= Beginning of Section =

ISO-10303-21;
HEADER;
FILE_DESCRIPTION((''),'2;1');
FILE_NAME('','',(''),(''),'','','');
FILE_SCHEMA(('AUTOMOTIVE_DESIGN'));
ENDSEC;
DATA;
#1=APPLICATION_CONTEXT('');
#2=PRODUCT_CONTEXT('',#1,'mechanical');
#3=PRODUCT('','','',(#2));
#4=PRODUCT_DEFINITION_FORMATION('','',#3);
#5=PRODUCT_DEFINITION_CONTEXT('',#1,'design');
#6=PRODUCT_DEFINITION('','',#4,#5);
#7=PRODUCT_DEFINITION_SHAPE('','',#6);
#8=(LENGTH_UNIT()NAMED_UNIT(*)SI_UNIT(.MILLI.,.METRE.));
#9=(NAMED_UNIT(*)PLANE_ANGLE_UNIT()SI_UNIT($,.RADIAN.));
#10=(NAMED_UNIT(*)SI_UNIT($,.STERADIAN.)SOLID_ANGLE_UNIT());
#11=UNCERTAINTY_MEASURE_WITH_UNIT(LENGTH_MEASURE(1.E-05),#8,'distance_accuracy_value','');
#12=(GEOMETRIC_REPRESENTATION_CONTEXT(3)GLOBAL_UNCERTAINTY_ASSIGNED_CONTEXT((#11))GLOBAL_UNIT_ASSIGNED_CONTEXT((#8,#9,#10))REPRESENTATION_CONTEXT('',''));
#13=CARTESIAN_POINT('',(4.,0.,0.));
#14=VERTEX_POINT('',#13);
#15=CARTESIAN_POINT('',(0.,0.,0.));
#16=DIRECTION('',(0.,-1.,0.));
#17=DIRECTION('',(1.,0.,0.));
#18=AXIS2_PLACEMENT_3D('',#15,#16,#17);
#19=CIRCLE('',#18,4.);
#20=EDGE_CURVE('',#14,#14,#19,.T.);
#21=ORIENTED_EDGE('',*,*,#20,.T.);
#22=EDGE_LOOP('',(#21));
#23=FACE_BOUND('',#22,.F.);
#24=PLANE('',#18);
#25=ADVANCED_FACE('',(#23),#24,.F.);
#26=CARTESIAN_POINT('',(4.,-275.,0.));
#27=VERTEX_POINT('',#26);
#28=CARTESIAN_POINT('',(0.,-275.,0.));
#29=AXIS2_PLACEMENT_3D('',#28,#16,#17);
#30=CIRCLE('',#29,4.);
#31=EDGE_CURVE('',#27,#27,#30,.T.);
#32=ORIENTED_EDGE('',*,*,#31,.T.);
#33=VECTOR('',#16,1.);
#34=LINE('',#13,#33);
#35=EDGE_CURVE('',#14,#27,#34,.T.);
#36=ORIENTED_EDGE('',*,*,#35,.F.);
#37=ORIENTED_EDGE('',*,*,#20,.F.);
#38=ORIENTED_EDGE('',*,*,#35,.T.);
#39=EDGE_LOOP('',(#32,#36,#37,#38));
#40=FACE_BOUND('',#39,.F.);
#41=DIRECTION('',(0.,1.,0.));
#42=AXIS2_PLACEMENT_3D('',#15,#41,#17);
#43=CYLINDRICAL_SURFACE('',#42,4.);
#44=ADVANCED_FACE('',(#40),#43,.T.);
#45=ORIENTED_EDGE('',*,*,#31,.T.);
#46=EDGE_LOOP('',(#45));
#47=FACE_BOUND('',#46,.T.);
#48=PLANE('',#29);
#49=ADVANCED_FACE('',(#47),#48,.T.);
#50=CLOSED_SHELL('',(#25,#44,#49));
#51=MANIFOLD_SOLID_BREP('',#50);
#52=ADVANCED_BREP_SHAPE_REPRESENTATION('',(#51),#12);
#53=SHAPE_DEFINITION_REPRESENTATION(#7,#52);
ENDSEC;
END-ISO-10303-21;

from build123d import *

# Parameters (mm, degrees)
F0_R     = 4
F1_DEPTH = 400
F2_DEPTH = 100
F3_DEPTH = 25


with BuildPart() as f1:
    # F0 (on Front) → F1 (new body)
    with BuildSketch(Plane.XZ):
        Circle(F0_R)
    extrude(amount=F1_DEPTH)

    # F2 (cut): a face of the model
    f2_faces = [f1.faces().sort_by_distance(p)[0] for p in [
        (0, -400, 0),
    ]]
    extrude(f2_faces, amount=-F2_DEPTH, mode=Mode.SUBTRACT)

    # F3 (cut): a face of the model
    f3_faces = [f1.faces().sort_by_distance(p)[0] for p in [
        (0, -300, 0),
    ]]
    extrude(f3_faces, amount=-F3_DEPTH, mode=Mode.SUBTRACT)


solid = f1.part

= End of Section =

### What you are asked to do:
Copy out precisely those lines which run from the one containing "#36=ORIENTED_EDGE('',*,*,#35,.F.);" to the end of the material.

### Written response:
#36=ORIENTED_EDGE('',*,*,#35,.F.);
#37=ORIENTED_EDGE('',*,*,#20,.F.);
#38=ORIENTED_EDGE('',*,*,#35,.T.);
#39=EDGE_LOOP('',(#32,#36,#37,#38));
#40=FACE_BOUND('',#39,.F.);
#41=DIRECTION('',(0.,1.,0.));
#42=AXIS2_PLACEMENT_3D('',#15,#41,#17);
#43=CYLINDRICAL_SURFACE('',#42,4.);
#44=ADVANCED_FACE('',(#40),#43,.T.);
#45=ORIENTED_EDGE('',*,*,#31,.T.);
#46=EDGE_LOOP('',(#45));
#47=FACE_BOUND('',#46,.T.);
#48=PLANE('',#29);
#49=ADVANCED_FACE('',(#47),#48,.T.);
#50=CLOSED_SHELL('',(#25,#44,#49));
#51=MANIFOLD_SOLID_BREP('',#50);
#52=ADVANCED_BREP_SHAPE_REPRESENTATION('',(#51),#12);
#53=SHAPE_DEFINITION_REPRESENTATION(#7,#52);
ENDSEC;
END-ISO-10303-21;

from build123d import *

# Parameters (mm, degrees)
F0_R     = 4
F1_DEPTH = 400
F2_DEPTH = 100
F3_DEPTH = 25


with BuildPart() as f1:
    # F0 (on Front) → F1 (new body)
    with BuildSketch(Plane.XZ):
        Circle(F0_R)
    extrude(amount=F1_DEPTH)

    # F2 (cut): a face of the model
    f2_faces = [f1.faces().sort_by_distance(p)[0] for p in [
        (0, -400, 0),
    ]]
    extrude(f2_faces, amount=-F2_DEPTH, mode=Mode.SUBTRACT)

    # F3 (cut): a face of the model
    f3_faces = [f1.faces().sort_by_distance(p)[0] for p in [
        (0, -300, 0),
    ]]
    extrude(f3_faces, amount=-F3_DEPTH, mode=Mode.SUBTRACT)


solid = f1.part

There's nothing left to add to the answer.